I completely understand the other side in the Brexit vote. They're wrong. They're ignorant. They were lied to.
If you completely understand them, then in my view, you should be able to explain why they are right and why an intelligent person could reach the conclusion they did. If you can do neither, you don't really understand them, at all and certainly not "completely."
I think both sides lie. The EU bears no resemblance to what people understood it to be when it was formed. There is every reason to believe that individual countries and governments make better decisions for their citizens than one size fits all decisions imposed from on high. There is every reason to believe that unaccountable government will not be responsive to the citizens it claims to represent. There are thousands, if not millions, of valid reasons it would be in the best interests of any one person, or of all people collectively, to exit the EU.
Even more then Trump, it cements the idea that the common man's vote needs a counterweight, because the average common man believes in Pizzagate and Birtherism.
Lol. Voters on both sides have silly views, you get no points pretending that everyone on your side voted for perfect and intelligent reasons and everyone on the other side only did so because they were too dumb to understand how the voting apparatus works.
The "common man" does have a counterweight, other common men. If you policies are really better, the "dumb sheep" are just as persuadable to your cause. And lest you pretend a moral high ground, the pro-EU crowd used the same tactics, down to fear and misrepresentation that the other side did.
An entire united continent is going to be better off then a small country roughly the size of Arizona.
Better off than what? And is it the job of the UK government to ensure that the other citizens of the EU are as well off as the UK's citizens, or to ensure that the UK's citizens are as well off as they can be?
Ironically, the EU itself will probably be better off without the UK, as it was the UK's special privilege that prevented France and Germany from enacting reforms to bring the separate countries together.

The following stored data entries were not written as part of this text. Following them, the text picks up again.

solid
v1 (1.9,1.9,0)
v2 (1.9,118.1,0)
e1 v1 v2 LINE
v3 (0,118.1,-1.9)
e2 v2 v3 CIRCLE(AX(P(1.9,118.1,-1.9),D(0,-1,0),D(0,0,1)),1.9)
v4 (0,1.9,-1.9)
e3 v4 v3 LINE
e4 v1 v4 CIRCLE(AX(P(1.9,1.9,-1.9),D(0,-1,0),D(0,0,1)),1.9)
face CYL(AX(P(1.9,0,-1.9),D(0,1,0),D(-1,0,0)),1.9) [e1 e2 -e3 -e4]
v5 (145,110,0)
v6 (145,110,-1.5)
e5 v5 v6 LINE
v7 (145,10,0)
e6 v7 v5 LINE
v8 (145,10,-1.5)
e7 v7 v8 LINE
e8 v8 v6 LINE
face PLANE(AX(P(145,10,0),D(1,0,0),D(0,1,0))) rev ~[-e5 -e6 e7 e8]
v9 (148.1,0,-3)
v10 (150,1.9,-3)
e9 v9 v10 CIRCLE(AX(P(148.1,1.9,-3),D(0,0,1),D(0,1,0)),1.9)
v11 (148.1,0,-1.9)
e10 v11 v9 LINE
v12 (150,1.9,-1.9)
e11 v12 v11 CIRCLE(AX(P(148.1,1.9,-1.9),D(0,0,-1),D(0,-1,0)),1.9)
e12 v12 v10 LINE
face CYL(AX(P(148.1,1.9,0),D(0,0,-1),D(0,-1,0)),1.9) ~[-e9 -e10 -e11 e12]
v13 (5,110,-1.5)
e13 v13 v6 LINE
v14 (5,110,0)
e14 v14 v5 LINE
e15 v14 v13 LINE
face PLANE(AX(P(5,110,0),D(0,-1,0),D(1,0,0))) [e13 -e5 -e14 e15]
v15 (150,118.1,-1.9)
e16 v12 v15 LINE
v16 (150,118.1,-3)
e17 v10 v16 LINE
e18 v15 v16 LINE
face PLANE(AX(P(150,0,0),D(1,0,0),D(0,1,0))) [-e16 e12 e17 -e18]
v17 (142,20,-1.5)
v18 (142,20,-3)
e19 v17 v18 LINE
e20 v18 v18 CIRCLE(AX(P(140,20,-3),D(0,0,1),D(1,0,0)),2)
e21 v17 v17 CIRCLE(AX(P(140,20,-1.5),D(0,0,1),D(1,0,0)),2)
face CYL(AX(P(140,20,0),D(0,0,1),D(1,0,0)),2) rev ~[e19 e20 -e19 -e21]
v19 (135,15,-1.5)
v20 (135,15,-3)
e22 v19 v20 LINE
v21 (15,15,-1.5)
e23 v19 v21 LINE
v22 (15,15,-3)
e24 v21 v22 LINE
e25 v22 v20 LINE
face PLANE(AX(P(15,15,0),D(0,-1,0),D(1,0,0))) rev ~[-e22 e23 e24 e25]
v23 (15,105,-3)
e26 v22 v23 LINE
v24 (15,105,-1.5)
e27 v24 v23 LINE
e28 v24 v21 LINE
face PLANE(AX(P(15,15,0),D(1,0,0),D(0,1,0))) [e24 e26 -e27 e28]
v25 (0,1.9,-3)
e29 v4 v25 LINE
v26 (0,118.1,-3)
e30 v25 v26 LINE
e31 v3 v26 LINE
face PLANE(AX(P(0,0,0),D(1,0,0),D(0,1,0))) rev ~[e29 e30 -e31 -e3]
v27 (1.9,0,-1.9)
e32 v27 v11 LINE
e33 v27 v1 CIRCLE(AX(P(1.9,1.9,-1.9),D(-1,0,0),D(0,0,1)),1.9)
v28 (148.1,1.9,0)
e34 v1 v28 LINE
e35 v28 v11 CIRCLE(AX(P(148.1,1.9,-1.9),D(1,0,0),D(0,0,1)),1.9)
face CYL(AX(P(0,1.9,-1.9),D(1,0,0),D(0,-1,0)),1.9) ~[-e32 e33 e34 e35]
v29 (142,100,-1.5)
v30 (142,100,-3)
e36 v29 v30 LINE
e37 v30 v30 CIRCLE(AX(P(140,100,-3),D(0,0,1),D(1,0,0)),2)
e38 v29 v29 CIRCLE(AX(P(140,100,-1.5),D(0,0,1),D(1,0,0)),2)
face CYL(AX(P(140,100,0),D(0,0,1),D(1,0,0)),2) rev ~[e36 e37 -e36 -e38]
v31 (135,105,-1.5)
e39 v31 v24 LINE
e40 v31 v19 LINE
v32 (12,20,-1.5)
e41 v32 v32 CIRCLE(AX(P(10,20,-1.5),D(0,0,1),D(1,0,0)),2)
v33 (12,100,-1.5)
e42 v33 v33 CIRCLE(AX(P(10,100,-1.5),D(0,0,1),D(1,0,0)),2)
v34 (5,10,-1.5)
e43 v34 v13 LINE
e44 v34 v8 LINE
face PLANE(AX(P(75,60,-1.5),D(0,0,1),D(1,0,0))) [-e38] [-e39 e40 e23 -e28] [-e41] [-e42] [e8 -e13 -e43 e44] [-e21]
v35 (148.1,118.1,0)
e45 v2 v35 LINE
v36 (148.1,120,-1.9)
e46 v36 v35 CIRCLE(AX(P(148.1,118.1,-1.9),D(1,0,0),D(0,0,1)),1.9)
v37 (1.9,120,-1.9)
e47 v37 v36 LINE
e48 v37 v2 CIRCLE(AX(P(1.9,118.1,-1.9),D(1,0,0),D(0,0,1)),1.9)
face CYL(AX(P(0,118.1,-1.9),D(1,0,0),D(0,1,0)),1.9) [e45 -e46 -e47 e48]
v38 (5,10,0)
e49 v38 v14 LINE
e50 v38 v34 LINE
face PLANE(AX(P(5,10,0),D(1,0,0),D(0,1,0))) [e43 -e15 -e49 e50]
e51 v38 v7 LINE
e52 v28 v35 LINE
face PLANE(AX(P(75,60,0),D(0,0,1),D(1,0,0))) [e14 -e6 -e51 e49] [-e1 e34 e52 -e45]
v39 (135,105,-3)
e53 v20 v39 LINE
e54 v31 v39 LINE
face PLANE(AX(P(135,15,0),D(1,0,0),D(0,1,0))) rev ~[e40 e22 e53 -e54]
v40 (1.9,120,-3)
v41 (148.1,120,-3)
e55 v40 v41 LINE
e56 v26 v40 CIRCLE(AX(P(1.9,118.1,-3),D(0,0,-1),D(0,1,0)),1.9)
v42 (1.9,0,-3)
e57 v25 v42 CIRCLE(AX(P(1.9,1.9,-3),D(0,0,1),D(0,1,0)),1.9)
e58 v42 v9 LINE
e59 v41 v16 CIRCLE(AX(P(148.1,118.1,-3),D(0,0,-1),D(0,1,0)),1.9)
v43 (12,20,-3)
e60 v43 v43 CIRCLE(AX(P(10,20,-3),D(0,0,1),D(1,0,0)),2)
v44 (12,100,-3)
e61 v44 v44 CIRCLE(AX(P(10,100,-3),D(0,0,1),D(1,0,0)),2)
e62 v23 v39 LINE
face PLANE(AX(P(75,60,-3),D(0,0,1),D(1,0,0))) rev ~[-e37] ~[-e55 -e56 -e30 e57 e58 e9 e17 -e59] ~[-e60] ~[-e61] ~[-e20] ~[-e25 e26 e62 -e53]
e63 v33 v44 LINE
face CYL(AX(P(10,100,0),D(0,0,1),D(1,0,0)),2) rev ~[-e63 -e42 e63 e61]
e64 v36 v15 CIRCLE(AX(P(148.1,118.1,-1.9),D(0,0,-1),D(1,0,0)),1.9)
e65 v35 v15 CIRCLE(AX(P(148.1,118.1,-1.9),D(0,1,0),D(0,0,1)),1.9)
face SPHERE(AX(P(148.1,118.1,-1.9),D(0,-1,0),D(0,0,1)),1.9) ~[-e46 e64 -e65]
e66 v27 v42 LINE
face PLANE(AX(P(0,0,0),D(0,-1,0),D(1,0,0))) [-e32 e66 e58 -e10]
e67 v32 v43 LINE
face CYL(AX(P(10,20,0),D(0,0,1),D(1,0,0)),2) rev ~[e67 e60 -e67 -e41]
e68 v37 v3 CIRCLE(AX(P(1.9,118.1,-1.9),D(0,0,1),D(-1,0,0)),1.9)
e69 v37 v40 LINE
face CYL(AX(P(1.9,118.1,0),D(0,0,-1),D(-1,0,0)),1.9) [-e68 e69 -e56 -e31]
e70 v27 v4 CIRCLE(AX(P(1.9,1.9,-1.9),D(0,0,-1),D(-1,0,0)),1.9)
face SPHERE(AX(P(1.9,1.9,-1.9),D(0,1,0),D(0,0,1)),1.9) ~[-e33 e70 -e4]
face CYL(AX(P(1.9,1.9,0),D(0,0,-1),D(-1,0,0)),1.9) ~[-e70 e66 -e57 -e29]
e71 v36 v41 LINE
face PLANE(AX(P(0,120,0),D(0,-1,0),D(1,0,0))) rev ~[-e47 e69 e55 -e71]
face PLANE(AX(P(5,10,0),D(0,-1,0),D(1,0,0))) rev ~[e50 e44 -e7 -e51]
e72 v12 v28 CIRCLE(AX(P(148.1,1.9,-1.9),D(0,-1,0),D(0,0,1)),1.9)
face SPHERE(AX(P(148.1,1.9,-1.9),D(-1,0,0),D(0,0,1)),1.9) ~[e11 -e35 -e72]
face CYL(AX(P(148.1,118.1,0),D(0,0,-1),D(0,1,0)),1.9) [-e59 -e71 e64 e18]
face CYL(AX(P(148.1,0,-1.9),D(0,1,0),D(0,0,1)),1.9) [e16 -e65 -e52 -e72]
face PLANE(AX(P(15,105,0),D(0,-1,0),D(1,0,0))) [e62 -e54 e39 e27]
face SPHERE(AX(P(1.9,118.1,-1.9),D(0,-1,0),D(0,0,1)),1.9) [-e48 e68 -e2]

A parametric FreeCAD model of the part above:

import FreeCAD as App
import Part
import Sketcher

V = App.Vector
Q = App.Units.Quantity


def edges_at(feature, points):
    """Names of the edges that pass closest to the given points."""
    edges = feature.Shape.Edges
    near = lambda p: min(range(len(edges)), key=lambda i: edges[i].distToShape(Part.Vertex(*p))[0])
    return sorted({f"Edge{near(p) + 1}" for p in points})

doc = App.newDocument("Part")
params = doc.addObject("Spreadsheet::Sheet", "Params")
for row, (alias, value) in enumerate([
    ("sketch1_width", "150 mm"),
    ("sketch1_height", "120 mm"),
    ("pad1_length", "3 mm"),
    ("sketch2_width", "120 mm"),
    ("sketch2_height", "90 mm"),
    ("pocket1_length", "5 mm"),
    ("sketch3_width", "140 mm"),
    ("sketch3_height", "100 mm"),
    ("pocket2_length", "1.5 mm"),
    ("sketch4_diameter", "4 mm"),
    ("pocket3_length", "5 mm"),
    ("sketch5_diameter", "4 mm"),
    ("pocket4_length", "5 mm"),
    ("sketch6_diameter", "4 mm"),
    ("pocket5_length", "5 mm"),
    ("sketch7_diameter", "4 mm"),
    ("pocket6_length", "5 mm"),
    ("fillet_radius", "1.9 mm"),
], start=1):
    params.set(f"A{row}", alias)
    params.set(f"B{row}", "=" + value)
    params.setAlias(f"B{row}", alias)

body = doc.addObject("PartDesign::Body", "Body")

sketch1 = body.newObject("Sketcher::SketchObject", "Sketch")
sketch1.AttachmentSupport = (doc.getObject("XY_Plane"), [""])
sketch1.MapMode = "FlatFace"
sketch1.addGeometry([
    Part.LineSegment(V(0, 120, 0), V(0, 0, 0)),
    Part.LineSegment(V(0, 0, 0), V(150, 0, 0)),
    Part.LineSegment(V(150, 0, 0), V(150, 120, 0)),
    Part.LineSegment(V(150, 120, 0), V(0, 120, 0)),
], False)
sketch1.addConstraint([
    Sketcher.Constraint("Coincident", 0, 2, 1, 1),
    Sketcher.Constraint("Coincident", 1, 2, 2, 1),
    Sketcher.Constraint("Coincident", 2, 2, 3, 1),
    Sketcher.Constraint("Coincident", 3, 2, 0, 1),
    Sketcher.Constraint("Vertical", 0),
    Sketcher.Constraint("Horizontal", 1),
    Sketcher.Constraint("Vertical", 2),
    Sketcher.Constraint("Horizontal", 3),
    Sketcher.Constraint("Coincident", 0, 2, -1, 1),
    Sketcher.Constraint("DistanceX", 1, 1, 1, 2, Q("150 mm")),
    Sketcher.Constraint("DistanceY", 0, 2, 0, 1, Q("120 mm")),
])
sketch1.setExpression("Constraints[9]", "Params.sketch1_width")
sketch1.setExpression("Constraints[10]", "Params.sketch1_height")
pad1 = body.newObject("PartDesign::Pad", "Pad")
pad1.Profile = sketch1
pad1.setExpression("Length", "Params.pad1_length")
pad1.Reversed = True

They may be more unified, but if they are, I'd expect their citizens to have even less say and a reduction of rights.
The UK won't be. The UK is a small island country living off the fumes of an empire a century dead. It has nothing more special to offer then the Phillipines or South Korea, and once I realizes that, it will go crawling back to the EU.
Maybe, maybe not. There's nothing stopping the UK from putting in place better economic policies than Brussells will tolerate. There's certainly nothing stopping the UK from enacting measures to protect itself from terrorism and influx of refugees with no cultural synergies.
And all because we were scared of brown people and white people who spoke a different language.
Is it? Cause honestly, that's sounds like child's analysis to me. Make a grown up case. You can start how it's to the benefit of a country that believes in freedom, equality, the rights of women and homosexuality, to import a massive amount of immigrants who don't accept any of those things and who aren't required to change to become part of your country and its voting block. For goodness sakes, you guys seem to think Trump should be banned for his views on women, and he's just a white guy, why would you let in other people with even more repugnant views just because they have brown skin? Is it some kind of dare, where you have to prove you're not a racist by ignoring actual differences that go beyond skin color?
So you're in favor of the original purpose of the Senate? If not, why even bother having two different sections of the legislature?
Why don't you ask me what ever it is you want to know. I said I'm in favor of having a legislative body approve treaties where an executive is empowered to negotiate them. Seems like the best of both worlds, because you don't end up with a negotiation by committee that undermines your position, but you also don't end up with a single run away dictator making decisions by fiat.